But according to a lawsuit filed Thursday in federal court, the entire incident never happened. And what's more, Gellinau says that he was recording the entire incident on his cell phone and that the video evidence shows the arrest report is made up. In fact, the lawsuit says the video clip shows Gellineau standing 15 feet from the cops on a public sidewalk until Officer Mike walked up to Gellineau and punched him.

"The facts as stated, written, and sworn to in Stanley Mike’s Complaint/Arrest Affidavit are fabricated and materially false," the lawsuit says.

If Gellinau's accusations are true — and his lawyer says they have video footage — the claims suggest Mike committed perjury, because arrest affidavits are sworn documents. The lawsuit says the Miami-Dade County State Attorney's Office dropped the charges against Gellineau after reviewing the video and admitting it contradicted Mike's sworn report. But four years later, Mike has not been charged with a crime.

Reached via phone, Gellineau's lawyer, Herbert Kim, declined to comment, stating the complaint "spoke for itself." He also declined to provide a copy of the video in question.

But according to the text of the suit, the video shows that Gellineau — who has a long history of arrests, including multiple charges of cannabis possession and for carrying a concealed weapon without a permit — had been minding his own business on the sidewalk while two cops handcuffed his girlfriend. The suit says she had already been apprehended and cuffed when Gellineau called out to her: “Hey, Gina, what are you getting locked up for?” from the other side of the street.

A few seconds later, the suit says, Mike shouted, "Hey!" and "started to approach" Gellineau.

"No, no, no, what’s your badge number, sir?” Gellineau asked. Instead, Mike punched him and knocked him down to the ground, all of which was caught on video, the suit says.

"Furthermore, after Stanley Mike violently punched and knocked down Ryan Gellineau, Stanley Mike continued to punch and kick Ryan Gellineau while he was on the ground, causing great bodily injury to Ryan Gellineau," the suit says.
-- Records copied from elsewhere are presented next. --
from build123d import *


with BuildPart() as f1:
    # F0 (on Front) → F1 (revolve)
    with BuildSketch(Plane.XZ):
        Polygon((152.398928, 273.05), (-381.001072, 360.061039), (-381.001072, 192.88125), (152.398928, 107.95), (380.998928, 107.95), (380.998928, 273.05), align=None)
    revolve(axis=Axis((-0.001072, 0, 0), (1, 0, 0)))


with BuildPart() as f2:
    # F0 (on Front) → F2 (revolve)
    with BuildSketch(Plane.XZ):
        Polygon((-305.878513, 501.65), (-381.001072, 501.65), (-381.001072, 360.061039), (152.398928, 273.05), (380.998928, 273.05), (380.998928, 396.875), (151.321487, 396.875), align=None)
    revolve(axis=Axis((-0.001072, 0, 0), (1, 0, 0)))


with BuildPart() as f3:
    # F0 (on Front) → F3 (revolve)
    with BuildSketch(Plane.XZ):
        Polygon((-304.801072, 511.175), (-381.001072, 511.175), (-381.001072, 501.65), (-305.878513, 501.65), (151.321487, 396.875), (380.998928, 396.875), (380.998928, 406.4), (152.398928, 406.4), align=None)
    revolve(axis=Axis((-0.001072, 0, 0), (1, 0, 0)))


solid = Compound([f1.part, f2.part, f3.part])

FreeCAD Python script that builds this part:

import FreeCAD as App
import Part
import Sketcher
from FreeCAD import Vector
Q = App.Units.Quantity

doc = App.newDocument("Part")
params = doc.addObject("Spreadsheet::Sheet", "Params")
for row, (alias, value) in enumerate([
    ("sketch1_width", "9 in"),
    ("sketch1_height", "6.5 in"),
    ("revolution_angle", "360 deg"),
    ("sketch2_width", "9 in"),
    ("sketch2_height", "4.875 in"),
    ("revolution2_angle", "360 deg"),
    ("sketch3_width", "3 in"),
    ("sketch3_width2", "9 in"),
    ("sketch3_height", "0.375 in"),
    ("revolution3_angle", "360 deg"),
], start=1):
    params.set(f"A{row}", alias)
    params.set(f"B{row}", "=" + value)
    params.setAlias(f"B{row}", alias)

body = doc.addObject("PartDesign::Body", "Body")

sketch1 = body.newObject("Sketcher::SketchObject", "Sketch")
sketch1.AttachmentSupport = (doc.getObject("XZ_Plane"), [""])
sketch1.MapMode = "FlatFace"
sketch1.addGeometry([
    Part.LineSegment(Vector(152.398928, 273.05, 0), Vector(-381.001072, 360.061039, 0)),
    Part.LineSegment(Vector(-381.001072, 360.061039, 0), Vector(-381.001072, 192.88125, 0)),
    Part.LineSegment(Vector(-381.001072, 192.88125, 0), Vector(152.398928, 107.95, 0)),
    Part.LineSegment(Vector(152.398928, 107.95, 0), Vector(380.998928, 107.95, 0)),
    Part.LineSegment(Vector(380.998928, 107.95, 0), Vector(380.998928, 273.05, 0)),
    Part.LineSegment(Vector(380.998928, 273.05, 0), Vector(152.398928, 273.05, 0)),
], False)
sketch1.addConstraint([
    Sketcher.Constraint("Coincident", 0, 2, 1, 1),
    Sketcher.Constraint("Coincident", 1, 2, 2, 1),
    Sketcher.Constraint("Coincident", 2, 2, 3, 1),
    Sketcher.Constraint("Coincident", 3, 2, 4, 1),
    Sketcher.Constraint("Coincident", 4, 2, 5, 1),
    Sketcher.Constraint("Coincident", 5, 2, 0, 1),
    Sketcher.Constraint("Vertical", 1),
    Sketcher.Constraint("Horizontal", 3),
    Sketcher.Constraint("Vertical", 4),
    Sketcher.Constraint("Horizontal", 5),
    Sketcher.Constraint("Vertical", 2, 2, 5, 2),
    Sketcher.Constraint("DistanceX", 3, 1, 3, 2, Q("9 in")),
    Sketcher.Constraint("DistanceY", 4, 1, 4, 2, Q("6.5 in")),
    Sketcher.Constraint("DistanceX", 1, 2, 2, 2, Q("21 in")),
    Sketcher.Constraint("DistanceY", -1, 1, 2, 2, Q("4.25 in")),
    Sketcher.Constraint("DistanceY", -1, 1, 1, 2, Q("7.59375 in")),
    Sketcher.Constraint("DistanceY", 1, 2, 1, 1, 167.179789),
    Sketcher.Constraint("DistanceX", 0, 2, -1, 1, 381.001072),
])
sketch1.setExpression("Constraints[11]", "Params.sketch1_width")
sketch1.setExpression("Constraints[12]", "Params.sketch1_height")
revolution = body.newObject("PartDesign::Revolution", "Revolution")
revolution.Profile = sketch1
revolution.ReferenceAxis = (sketch1, ["H_Axis"])
revolution.setExpression("Angle", "Params.revolution_angle")
body2 = doc.addObject("PartDesign::Body", "Body001")

sketch2 = body2.newObject("Sketcher::SketchObject", "Sketch001")
sketch2.AttachmentSupport = (doc.getObject("XZ_Plane001"), [""])
sketch2.MapMode = "FlatFace"
sketch2.addGeometry([
    Part.LineSegment(Vector(-305.878513, 501.65, 0), Vector(-381.001072, 501.65, 0)),
    Part.LineSegment(Vector(-381.001072, 501.65, 0), Vector(-381.001072, 360.061039, 0)),
    Part.LineSegment(Vector(-381.001072, 360.061039, 0), Vector(152.398928, 273.05, 0)),
    Part.LineSegment(Vector(152.398928, 273.05, 0), Vector(380.998928, 273.05, 0)),
    Part.LineSegment(Vector(380.998928, 273.05, 0), Vector(380.998928, 396.875, 0)),
    Part.LineSegment(Vector(380.998928, 396.875, 0), Vector(151.321487, 396.875, 0)),
    Part.LineSegment(Vector(151.321487, 396.875, 0), Vector(-305.878513, 501.65, 0)),
], False)
sketch2.addConstraint([
    Sketcher.Constraint("Coincident", 0, 2, 1, 1),
    Sketcher.Constraint("Coincident", 1, 2, 2, 1),
    Sketcher.Constraint("Coincident", 2, 2, 3, 1),
    Sketcher.Constraint("Coincident", 3, 2, 4, 1),
    Sketcher.Constraint("Coincident", 4, 2, 5, 1),
    Sketcher.Constraint("Coincident", 5, 2, 6, 1),
    Sketcher.Constraint("Coincident", 6, 2, 0, 1),
    Sketcher.Constraint("Horizontal", 0),
    Sketcher.Constraint("Vertical", 1),
    Sketcher.Constraint("Horizontal", 3),
    Sketcher.Constraint("Vertical", 4),
    Sketcher.Constraint("Horizontal", 5),
    Sketcher.Constraint("DistanceX", 3, 1, 3, 2, Q("9 in")),
    Sketcher.Constraint("DistanceX", 1, 2, 2, 2, Q("21 in")),
    Sketcher.Constraint("DistanceY", 2, 2, 0, 2, Q("9 in")),
    Sketcher.Constraint("DistanceX", 6, 2, 5, 2, Q("18 in")),
    Sketcher.Constraint("DistanceY", 4, 1, 4, 2, Q("4.875 in")),
    Sketcher.Constraint("DistanceY", -1, 1, 0, 2, Q("19.75 in")),
    Sketcher.Constraint("DistanceX", 0, 2, 0, 1, 75.122559),
    Sketcher.Constraint("DistanceY", 1, 2, 1, 1, 141.588961),
    Sketcher.Constraint("DistanceX", 0, 2, -1, 1, 381.001072),
])
sketch2.setExpression("Constraints[12]", "Params.sketch2_width")
sketch2.setExpression("Constraints[16]", "Params.sketch2_height")
revolution2 = body2.newObject("PartDesign::Revolution", "Revolution001")
revolution2.Profile = sketch2
revolution2.ReferenceAxis = (sketch2, ["H_Axis"])
revolution2.setExpression("Angle", "Params.revolution2_angle")
body3 = doc.addObject("PartDesign::Body", "Body002")

sketch3 = body3.newObject("Sketcher::SketchObject", "Sketch002")
sketch3.AttachmentSupport = (doc.getObject("XZ_Plane002"), [""])
sketch3.MapMode = "FlatFace"
sketch3.addGeometry([
    Part.LineSegment(Vector(-304.801072, 511.175, 0), Vector(-381.001072, 511.175, 0)),
    Part.LineSegment(Vector(-381.001072, 511.175, 0), Vector(-381.001072, 501.65, 0)),
    Part.LineSegment(Vector(-381.001072, 501.65, 0), Vector(-305.878513, 501.65, 0)),
    Part.LineSegment(Vector(-305.878513, 501.65, 0), Vector(151.321487, 396.875, 0)),
    Part.LineSegment(Vector(151.321487, 396.875, 0), Vector(380.998928, 396.875, 0)),
    Part.LineSegment(Vector(380.998928, 396.875, 0), Vector(380.998928, 406.4, 0)),
    Part.LineSegment(Vector(380.998928, 406.4, 0), Vector(152.398928, 406.4, 0)),
    Part.LineSegment(Vector(152.398928, 406.4, 0), Vector(-304.801072, 511.175, 0)),
], False)
sketch3.addConstraint([
    Sketcher.Constraint("Coincident", 0, 2, 1, 1),
    Sketcher.Constraint("Coincident", 1, 2, 2, 1),
    Sketcher.Constraint("Coincident", 2, 2, 3, 1),
    Sketcher.Constraint("Coincident", 3, 2, 4, 1),
    Sketcher.Constraint("Coincident", 4, 2, 5, 1),
    Sketcher.Constraint("Coincident", 5, 2, 6, 1),
    Sketcher.Constraint("Coincident", 6, 2, 7, 1),
    Sketcher.Constraint("Coincident", 7, 2, 0, 1),
    Sketcher.Constraint("Horizontal", 0),
    Sketcher.Constraint("Vertical", 1),
    Sketcher.Constraint("Horizontal", 2),
    Sketcher.Constraint("Horizontal", 4),
    Sketcher.Constraint("Vertical", 5),
    Sketcher.Constraint("Horizontal", 6),
    Sketcher.Constraint("Parallel", 3, 7),
    Sketcher.Constraint("Equal", 1, 5),
    Sketcher.Constraint("DistanceX", 0, 2, 0, 1, Q("3 in")),
    Sketcher.Constraint("DistanceX", 6, 2, 6, 1, Q("9 in")),
    Sketcher.Constraint("DistanceY", -1, 1, 5, 2, Q("16 in")),
    Sketcher.Constraint("DistanceX", 2, 2, 3, 2, Q("18 in")),
    Sketcher.Constraint("DistanceY", 3, 2, 0, 2, Q("4.5 in")),
    Sketcher.Constraint("DistanceY", 1, 2, 1, 1, Q("0.375 in")),
    Sketcher.Constraint("DistanceX", 2, 1, 2, 2, 75.122559),
    Sketcher.Constraint("DistanceX", 0, 2, -1, 1, 381.001072),
])
sketch3.setExpression("Constraints[16]", "Params.sketch3_width")
sketch3.setExpression("Constraints[17]", "Params.sketch3_width2")
sketch3.setExpression("Constraints[21]", "Params.sketch3_height")
revolution3 = body3.newObject("PartDesign::Revolution", "Revolution002")
revolution3.Profile = sketch3
revolution3.ReferenceAxis = (sketch3, ["H_Axis"])
revolution3.setExpression("Angle", "Params.revolution3_angle")

doc.recompute()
Gellineau is now suing Mike for false arrest, battery, malicious prosecution, excessive force, and intentional infliction of emotional distress, and also accuses the city of failing to properly train its cops.

"Stanley Mike’s restraint, arrest, and detention, and arrest of Ryan Gellineau was based upon facts that were knowingly falsified by Stanley Mike and were not based upon any requisite probable cause for the restrain, arrest, and detention of Ryan Gellineau," the suit says.

The incident apparently occurred right after Mike received an 80-hour suspension in September 2012 for an undisclosed incident. Documents show that Mike appealed the case but that in May 2013, a month before the altercation with Gellineau, the Miami Civil Service Board and City Manager Daniel Alfonso sustained Mike's suspension.

If Gellineau's video backs up his claims, it wouldn't be the first time an MPD cop fabricated an arrest report. It also wouldn't be the first time the State Attorney's Office declined to prosecute a cop accused of falsifying a report. In 2012, a local lawyer sent an email to State Attorney Katherine Fernandez Rundle's office complaining that active MPD cop and union president Javier Ortiz had likely falsified a report. The lawyer said Ortiz had drafted sworn statements that blatantly contradicted video evidence from an incident outside Ultra Music Festival, in which a crowd of Miami cops, including Ortiz, tasered an innocent man on video. The victim was instead arrested and charged with battery.

"Defense attorney Scott Srebnick was so bothered by the circumstances surrounding this case that he contacted [Assistant State Attorney] Jose Arrojo via email to suggest taking action against the officers involved," the State Attorney's Office's close-out memo reads. Instead, Rundle's office did nothing.

Ortiz was again accused in a formal complaint of falsifying an arrest report claiming that prominent police critic and political candidate Daniel Suarez had fled law enforcement officers in a car. Suarez filed complaints about the report, telling New Times he'd interacted with Ortiz for years but never once heard about the alleged "incident" until Suarez became a witness in a restraining-order case that could have cost Ortiz his job.